* _Work to be completed_
Copy out, from the data below, each line in which the word "centre" occurs.

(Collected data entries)

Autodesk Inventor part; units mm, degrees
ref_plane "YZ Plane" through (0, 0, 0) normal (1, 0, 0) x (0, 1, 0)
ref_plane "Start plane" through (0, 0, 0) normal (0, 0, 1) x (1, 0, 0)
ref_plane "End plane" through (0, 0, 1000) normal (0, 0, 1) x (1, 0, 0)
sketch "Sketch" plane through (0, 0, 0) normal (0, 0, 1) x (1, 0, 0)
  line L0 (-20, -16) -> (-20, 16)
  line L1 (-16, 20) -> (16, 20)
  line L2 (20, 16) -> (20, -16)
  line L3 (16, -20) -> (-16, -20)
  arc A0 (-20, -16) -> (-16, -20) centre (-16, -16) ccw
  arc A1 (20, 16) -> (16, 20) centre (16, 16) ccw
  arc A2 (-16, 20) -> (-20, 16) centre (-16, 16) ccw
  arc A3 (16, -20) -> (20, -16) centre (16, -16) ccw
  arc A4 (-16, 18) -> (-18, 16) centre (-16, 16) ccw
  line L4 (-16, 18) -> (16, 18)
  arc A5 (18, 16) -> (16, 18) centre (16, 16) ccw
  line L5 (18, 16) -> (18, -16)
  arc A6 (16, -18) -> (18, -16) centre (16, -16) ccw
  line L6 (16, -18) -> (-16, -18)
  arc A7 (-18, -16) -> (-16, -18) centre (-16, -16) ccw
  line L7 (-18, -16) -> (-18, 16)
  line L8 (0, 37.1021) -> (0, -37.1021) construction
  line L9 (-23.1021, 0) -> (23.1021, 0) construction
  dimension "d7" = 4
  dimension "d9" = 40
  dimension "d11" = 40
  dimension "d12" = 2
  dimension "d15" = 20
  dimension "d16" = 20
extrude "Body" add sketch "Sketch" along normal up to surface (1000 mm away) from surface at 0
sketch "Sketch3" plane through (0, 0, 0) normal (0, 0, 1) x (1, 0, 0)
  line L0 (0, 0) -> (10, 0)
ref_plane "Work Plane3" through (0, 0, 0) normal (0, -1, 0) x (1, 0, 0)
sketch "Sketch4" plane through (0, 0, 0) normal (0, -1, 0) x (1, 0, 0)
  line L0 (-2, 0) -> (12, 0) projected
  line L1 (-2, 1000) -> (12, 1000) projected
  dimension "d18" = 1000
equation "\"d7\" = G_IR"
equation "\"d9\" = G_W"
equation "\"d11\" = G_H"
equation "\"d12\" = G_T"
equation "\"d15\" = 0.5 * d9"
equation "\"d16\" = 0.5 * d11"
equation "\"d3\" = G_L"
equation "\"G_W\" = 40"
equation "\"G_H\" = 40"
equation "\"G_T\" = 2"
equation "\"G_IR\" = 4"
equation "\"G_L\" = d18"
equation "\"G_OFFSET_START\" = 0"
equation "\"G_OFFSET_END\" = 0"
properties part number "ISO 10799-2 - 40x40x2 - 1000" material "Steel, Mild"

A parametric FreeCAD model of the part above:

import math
import FreeCAD as App
import Part
import Sketcher
from FreeCAD import Vector

doc = App.newDocument("Part")
body = doc.addObject("PartDesign::Body", "Body")

sketch1 = doc.addObject("Sketcher::SketchObject", "Sketch")
body.addObject(sketch1)
sketch1.AttachmentSupport = (doc.XY_Plane, [""])
sketch1.MapMode = "FlatFace"
sketch1.addGeometry([
    Part.LineSegment(Vector(-20, 16, 0), Vector(-20, -16, 0)),
    Part.ArcOfCircle(Part.Circle(Vector(-16, -16, 0), Vector(0, 0, 1), 4), math.radians(180), math.radians(270)),
    Part.LineSegment(Vector(-16, -20, 0), Vector(16, -20, 0)),
    Part.ArcOfCircle(Part.Circle(Vector(16, -16, 0), Vector(0, 0, 1), 4), math.radians(-90), math.radians(0)),
    Part.LineSegment(Vector(20, -16, 0), Vector(20, 16, 0)),
    Part.ArcOfCircle(Part.Circle(Vector(16, 16, 0), Vector(0, 0, 1), 4), math.radians(0), math.radians(90)),
    Part.LineSegment(Vector(16, 20, 0), Vector(-16, 20, 0)),
    Part.ArcOfCircle(Part.Circle(Vector(-16, 16, 0), Vector(0, 0, 1), 4), math.radians(90), math.radians(180)),
    Part.ArcOfCircle(Part.Circle(Vector(-16, 16, 0), Vector(0, 0, 1), 2), math.radians(90), math.radians(180)),
    Part.LineSegment(Vector(-16, 18, 0), Vector(16, 18, 0)),
    Part.ArcOfCircle(Part.Circle(Vector(16, 16, 0), Vector(0, 0, 1), 2), math.radians(0), math.radians(90)),
    Part.LineSegment(Vector(18, 16, 0), Vector(18, -16, 0)),
    Part.ArcOfCircle(Part.Circle(Vector(16, -16, 0), Vector(0, 0, 1), 2), math.radians(-90), math.radians(0)),
    Part.LineSegment(Vector(16, -18, 0), Vector(-16, -18, 0)),
    Part.ArcOfCircle(Part.Circle(Vector(-16, -16, 0), Vector(0, 0, 1), 2), math.radians(180), math.radians(270)),
    Part.LineSegment(Vector(-18, -16, 0), Vector(-18, 16, 0)),
], False)
sketch1.addConstraint([
    Sketcher.Constraint("Tangent", 0, 2, 1, 1),
    Sketcher.Constraint("Tangent", 1, 2, 2, 1),
    Sketcher.Constraint("Tangent", 2, 2, 3, 1),
    Sketcher.Constraint("Tangent", 3, 2, 4, 1),
    Sketcher.Constraint("Tangent", 4, 2, 5, 1),
    Sketcher.Constraint("Tangent", 5, 2, 6, 1),
    Sketcher.Constraint("Tangent", 6, 2, 7, 1),
    Sketcher.Constraint("Tangent", 7, 2, 0, 1),
    Sketcher.Constraint("Tangent", 8, 1, 9, 1),
    Sketcher.Constraint("Tangent", 9, 2, 10, 2),
    Sketcher.Constraint("Tangent", 10, 1, 11, 1),
    Sketcher.Constraint("Tangent", 11, 2, 12, 2),
    Sketcher.Constraint("Tangent", 12, 1, 13, 1),
    Sketcher.Constraint("Tangent", 13, 2, 14, 2),
    Sketcher.Constraint("Tangent", 14, 1, 15, 1),
    Sketcher.Constraint("Tangent", 15, 2, 8, 2),
    Sketcher.Constraint("Vertical", 0),
    Sketcher.Constraint("Horizontal", 2),
    Sketcher.Constraint("Vertical", 4),
    Sketcher.Constraint("Horizontal", 6),
    Sketcher.Constraint("Horizontal", 9),
    Sketcher.Constraint("Vertical", 11),
    Sketcher.Constraint("Horizontal", 13),
    Sketcher.Constraint("Vertical", 15),
    Sketcher.Constraint("Coincident", 8, 3, 7, 3),
    Sketcher.Constraint("Coincident", 10, 3, 5, 3),
    Sketcher.Constraint("Coincident", 12, 3, 3, 3),
    Sketcher.Constraint("Equal", 1, 3),
    Sketcher.Constraint("Equal", 3, 5),
    Sketcher.Constraint("Equal", 5, 7),
    Sketcher.Constraint("Equal", 12, 14),
    Sketcher.Constraint("Symmetric", 1, 3, 5, 3, -1, 1),
    Sketcher.Constraint("Equal", 13, 0),
    Sketcher.Constraint("Radius", 1, 4.0),
    Sketcher.Constraint("Radius", 8, 2.0),
    Sketcher.Constraint("DistanceX", 0, 2, -1, 1, 20.0),
])
pad1 = doc.addObject("PartDesign::Pad", "Pad")
body.addObject(pad1)
pad1.Profile = sketch1
pad1.Length = 1000

doc.recompute()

* _Expected output_
  arc A0 (-20, -16) -> (-16, -20) centre (-16, -16) ccw
  arc A1 (20, 16) -> (16, 20) centre (16, 16) ccw
  arc A2 (-16, 20) -> (-20, 16) centre (-16, 16) ccw
  arc A3 (16, -20) -> (20, -16) centre (16, -16) ccw
  arc A4 (-16, 18) -> (-18, 16) centre (-16, 16) ccw
  arc A5 (18, 16) -> (16, 18) centre (16, 16) ccw
  arc A6 (16, -18) -> (18, -16) centre (16, -16) ccw
  arc A7 (-18, -16) -> (-16, -18) centre (-16, -16) ccw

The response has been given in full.